#### EXTRACTED INFORMATION
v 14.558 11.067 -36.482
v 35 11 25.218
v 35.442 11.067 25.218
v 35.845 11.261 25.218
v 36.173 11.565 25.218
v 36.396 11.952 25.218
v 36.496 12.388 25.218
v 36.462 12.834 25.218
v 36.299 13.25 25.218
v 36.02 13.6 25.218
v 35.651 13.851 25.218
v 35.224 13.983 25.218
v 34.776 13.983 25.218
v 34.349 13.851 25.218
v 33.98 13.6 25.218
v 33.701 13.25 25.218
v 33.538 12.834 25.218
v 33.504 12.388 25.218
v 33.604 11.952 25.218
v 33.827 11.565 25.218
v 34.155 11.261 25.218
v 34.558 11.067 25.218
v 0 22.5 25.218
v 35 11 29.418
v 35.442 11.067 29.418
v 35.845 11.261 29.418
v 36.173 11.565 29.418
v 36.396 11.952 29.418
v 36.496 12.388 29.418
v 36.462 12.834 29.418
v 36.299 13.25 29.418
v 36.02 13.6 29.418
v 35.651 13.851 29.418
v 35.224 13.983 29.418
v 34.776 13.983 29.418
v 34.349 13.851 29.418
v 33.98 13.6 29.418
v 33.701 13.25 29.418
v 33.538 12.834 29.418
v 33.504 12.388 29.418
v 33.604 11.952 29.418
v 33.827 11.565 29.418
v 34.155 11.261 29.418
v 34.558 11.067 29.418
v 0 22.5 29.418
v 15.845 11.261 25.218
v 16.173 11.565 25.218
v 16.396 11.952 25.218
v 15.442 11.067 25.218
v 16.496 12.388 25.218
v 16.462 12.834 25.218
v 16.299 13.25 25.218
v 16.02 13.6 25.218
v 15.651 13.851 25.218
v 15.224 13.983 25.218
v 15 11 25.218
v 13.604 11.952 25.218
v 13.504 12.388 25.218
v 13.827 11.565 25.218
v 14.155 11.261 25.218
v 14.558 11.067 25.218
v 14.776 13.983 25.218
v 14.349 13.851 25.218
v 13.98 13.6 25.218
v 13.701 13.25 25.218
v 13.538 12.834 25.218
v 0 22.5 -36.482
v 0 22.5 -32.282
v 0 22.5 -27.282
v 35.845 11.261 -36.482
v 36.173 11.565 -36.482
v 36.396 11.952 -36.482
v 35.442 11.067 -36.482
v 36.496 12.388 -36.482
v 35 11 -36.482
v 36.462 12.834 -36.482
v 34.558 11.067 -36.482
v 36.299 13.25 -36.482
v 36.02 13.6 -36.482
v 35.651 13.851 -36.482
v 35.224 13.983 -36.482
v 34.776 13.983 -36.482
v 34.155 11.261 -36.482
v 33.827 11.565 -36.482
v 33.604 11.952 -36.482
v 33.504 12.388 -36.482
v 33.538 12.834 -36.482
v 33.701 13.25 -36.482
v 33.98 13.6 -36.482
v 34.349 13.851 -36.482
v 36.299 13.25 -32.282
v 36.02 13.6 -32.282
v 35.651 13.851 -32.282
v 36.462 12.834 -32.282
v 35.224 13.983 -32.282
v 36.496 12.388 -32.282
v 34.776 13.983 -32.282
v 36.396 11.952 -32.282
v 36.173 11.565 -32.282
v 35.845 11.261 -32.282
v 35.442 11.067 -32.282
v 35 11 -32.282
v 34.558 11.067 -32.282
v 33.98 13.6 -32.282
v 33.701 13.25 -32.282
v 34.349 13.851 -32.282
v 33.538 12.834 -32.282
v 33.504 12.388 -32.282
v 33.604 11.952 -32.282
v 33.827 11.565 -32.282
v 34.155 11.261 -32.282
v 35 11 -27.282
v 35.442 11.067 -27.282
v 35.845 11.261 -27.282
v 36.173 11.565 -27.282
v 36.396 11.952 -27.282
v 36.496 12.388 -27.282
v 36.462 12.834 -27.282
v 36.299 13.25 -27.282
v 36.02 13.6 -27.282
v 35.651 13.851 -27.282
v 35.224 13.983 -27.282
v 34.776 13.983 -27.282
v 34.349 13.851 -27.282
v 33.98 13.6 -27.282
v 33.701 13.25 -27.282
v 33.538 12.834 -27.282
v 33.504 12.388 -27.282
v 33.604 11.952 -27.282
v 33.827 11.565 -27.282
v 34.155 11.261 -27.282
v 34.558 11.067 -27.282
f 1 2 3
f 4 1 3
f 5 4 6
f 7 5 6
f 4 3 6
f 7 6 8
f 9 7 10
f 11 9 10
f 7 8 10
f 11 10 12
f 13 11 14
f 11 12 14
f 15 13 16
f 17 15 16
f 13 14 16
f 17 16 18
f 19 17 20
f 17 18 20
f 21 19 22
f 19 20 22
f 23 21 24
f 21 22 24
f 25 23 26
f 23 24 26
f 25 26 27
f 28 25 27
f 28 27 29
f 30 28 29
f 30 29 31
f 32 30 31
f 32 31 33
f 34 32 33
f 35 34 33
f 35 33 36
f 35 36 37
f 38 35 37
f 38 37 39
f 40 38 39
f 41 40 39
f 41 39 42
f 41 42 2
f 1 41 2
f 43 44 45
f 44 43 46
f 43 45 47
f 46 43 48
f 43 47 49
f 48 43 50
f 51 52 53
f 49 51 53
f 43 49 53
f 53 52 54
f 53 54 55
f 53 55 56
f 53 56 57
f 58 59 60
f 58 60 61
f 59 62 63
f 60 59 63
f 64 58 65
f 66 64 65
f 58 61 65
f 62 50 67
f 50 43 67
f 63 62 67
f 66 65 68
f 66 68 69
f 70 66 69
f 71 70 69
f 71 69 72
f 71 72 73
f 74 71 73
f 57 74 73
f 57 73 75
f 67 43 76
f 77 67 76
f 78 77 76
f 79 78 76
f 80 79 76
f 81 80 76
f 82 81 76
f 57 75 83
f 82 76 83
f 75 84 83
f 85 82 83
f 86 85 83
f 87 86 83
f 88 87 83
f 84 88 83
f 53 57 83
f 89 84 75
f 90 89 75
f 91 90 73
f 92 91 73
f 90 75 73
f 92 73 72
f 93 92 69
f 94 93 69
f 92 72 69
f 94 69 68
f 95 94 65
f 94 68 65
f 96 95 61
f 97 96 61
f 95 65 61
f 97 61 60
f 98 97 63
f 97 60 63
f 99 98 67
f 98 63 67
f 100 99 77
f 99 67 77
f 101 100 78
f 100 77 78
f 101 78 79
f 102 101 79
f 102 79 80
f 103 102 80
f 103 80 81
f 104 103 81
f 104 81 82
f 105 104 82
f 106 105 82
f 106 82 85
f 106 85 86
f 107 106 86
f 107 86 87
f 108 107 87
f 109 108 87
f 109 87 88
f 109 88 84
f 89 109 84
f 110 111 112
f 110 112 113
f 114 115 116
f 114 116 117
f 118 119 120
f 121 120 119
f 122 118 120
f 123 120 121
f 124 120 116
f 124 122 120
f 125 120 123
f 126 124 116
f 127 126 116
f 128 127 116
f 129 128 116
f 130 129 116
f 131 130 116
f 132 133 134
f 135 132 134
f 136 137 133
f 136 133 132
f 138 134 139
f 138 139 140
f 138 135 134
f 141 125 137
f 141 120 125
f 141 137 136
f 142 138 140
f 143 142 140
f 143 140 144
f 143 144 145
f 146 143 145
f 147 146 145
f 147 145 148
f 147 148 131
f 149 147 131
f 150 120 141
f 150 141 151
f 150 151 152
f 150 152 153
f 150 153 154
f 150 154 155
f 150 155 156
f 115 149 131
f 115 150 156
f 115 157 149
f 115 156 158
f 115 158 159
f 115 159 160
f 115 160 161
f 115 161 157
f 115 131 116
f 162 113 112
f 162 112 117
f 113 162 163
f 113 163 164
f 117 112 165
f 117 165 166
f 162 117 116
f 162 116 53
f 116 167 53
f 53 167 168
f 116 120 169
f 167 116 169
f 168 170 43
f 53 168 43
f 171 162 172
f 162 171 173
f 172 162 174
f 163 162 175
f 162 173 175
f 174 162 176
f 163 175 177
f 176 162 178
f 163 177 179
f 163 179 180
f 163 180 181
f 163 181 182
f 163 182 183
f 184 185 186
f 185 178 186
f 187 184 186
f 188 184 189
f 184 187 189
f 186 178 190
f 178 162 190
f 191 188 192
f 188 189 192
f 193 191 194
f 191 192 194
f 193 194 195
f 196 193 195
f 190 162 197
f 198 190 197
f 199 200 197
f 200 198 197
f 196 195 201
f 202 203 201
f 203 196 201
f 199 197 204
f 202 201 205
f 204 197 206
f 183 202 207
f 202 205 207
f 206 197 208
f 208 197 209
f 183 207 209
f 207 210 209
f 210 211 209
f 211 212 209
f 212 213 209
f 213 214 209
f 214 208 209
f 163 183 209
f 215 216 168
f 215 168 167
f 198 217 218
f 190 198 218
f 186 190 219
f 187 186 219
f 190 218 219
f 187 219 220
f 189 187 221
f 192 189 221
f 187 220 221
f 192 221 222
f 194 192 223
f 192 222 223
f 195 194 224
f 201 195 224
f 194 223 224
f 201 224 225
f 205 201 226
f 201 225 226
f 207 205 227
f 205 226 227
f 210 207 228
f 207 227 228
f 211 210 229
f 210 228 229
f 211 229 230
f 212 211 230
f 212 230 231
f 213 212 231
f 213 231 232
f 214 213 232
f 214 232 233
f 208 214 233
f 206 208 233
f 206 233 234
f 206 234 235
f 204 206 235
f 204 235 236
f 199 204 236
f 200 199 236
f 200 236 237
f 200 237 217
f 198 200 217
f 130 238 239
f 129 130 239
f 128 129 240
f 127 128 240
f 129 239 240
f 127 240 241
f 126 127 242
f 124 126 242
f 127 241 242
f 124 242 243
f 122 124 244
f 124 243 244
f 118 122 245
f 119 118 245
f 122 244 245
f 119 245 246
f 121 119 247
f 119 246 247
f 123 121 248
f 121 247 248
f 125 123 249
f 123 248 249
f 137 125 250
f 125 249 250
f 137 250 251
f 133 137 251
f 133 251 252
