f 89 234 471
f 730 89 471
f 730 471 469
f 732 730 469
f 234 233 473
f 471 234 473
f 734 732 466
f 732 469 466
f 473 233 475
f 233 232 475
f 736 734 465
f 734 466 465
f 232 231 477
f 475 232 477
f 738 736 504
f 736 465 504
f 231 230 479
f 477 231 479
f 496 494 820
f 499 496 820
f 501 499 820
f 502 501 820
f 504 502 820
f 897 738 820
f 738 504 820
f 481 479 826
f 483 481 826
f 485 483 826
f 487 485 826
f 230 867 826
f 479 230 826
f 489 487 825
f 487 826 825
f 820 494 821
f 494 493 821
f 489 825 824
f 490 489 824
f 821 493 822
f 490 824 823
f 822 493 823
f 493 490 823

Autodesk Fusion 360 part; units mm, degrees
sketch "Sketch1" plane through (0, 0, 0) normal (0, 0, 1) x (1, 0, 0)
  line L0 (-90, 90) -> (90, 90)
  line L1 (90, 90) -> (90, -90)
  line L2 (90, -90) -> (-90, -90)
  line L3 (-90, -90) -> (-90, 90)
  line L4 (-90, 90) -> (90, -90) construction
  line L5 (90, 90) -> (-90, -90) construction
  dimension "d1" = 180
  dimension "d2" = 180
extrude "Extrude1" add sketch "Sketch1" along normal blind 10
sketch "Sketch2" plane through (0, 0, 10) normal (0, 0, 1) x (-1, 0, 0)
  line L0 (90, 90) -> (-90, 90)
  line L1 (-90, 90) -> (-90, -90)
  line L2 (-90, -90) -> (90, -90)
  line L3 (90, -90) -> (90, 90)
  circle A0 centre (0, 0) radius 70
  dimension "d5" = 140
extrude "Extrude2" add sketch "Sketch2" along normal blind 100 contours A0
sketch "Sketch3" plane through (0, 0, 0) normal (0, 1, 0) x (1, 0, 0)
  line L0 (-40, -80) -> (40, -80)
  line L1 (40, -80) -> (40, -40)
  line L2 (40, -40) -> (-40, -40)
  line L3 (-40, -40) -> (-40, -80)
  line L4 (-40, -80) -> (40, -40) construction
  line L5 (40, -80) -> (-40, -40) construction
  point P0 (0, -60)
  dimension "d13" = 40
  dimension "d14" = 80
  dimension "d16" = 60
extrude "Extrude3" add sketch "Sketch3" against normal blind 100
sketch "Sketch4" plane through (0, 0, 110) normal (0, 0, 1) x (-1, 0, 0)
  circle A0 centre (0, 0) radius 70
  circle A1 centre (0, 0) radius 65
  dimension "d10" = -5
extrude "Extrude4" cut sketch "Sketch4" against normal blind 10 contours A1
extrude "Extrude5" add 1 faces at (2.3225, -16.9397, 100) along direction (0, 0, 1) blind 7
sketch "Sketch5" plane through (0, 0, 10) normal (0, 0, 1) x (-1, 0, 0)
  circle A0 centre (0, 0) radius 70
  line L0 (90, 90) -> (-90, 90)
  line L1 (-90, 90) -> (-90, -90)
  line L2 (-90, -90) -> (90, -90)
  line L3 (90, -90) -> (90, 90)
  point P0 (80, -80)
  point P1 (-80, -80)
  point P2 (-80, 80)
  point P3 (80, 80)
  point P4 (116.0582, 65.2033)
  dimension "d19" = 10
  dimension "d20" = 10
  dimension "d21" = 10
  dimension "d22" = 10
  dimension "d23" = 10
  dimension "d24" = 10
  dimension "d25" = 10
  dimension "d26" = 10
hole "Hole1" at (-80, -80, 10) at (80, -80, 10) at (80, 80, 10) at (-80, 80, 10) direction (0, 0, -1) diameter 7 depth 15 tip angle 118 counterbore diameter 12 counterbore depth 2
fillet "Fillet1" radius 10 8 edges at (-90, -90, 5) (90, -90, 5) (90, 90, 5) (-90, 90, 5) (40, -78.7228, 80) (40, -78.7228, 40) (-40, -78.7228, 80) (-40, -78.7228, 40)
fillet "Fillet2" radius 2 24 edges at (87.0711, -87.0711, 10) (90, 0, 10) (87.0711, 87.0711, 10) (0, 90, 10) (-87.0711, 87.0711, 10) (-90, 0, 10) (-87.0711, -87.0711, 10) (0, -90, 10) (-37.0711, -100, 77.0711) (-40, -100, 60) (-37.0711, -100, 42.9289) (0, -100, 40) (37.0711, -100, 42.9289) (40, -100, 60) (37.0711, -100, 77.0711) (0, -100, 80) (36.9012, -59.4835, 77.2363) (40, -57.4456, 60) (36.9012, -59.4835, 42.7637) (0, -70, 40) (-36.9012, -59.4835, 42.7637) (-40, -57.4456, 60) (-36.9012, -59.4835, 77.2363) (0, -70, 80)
########
*EXERCISE PROMPT*: Among the records above, a stretch begins at the line containing "f 186 190 219" and ends at the line containing "f 206 208 233". Restate that stretch word for word, and nothing else.

*RESULT*:
f 186 190 219
f 187 186 219
f 190 218 219
f 187 219 220
f 189 187 221
f 192 189 221
f 187 220 221
f 192 221 222
f 194 192 223
f 192 222 223
f 195 194 224
f 201 195 224
f 194 223 224
f 201 224 225
f 205 201 226
f 201 225 226
f 207 205 227
f 205 226 227
f 210 207 228
f 207 227 228
f 211 210 229
f 210 228 229
f 211 229 230
f 212 211 230
f 212 230 231
f 213 212 231
f 213 231 232
f 214 213 232
f 214 232 233
f 208 214 233
f 206 208 233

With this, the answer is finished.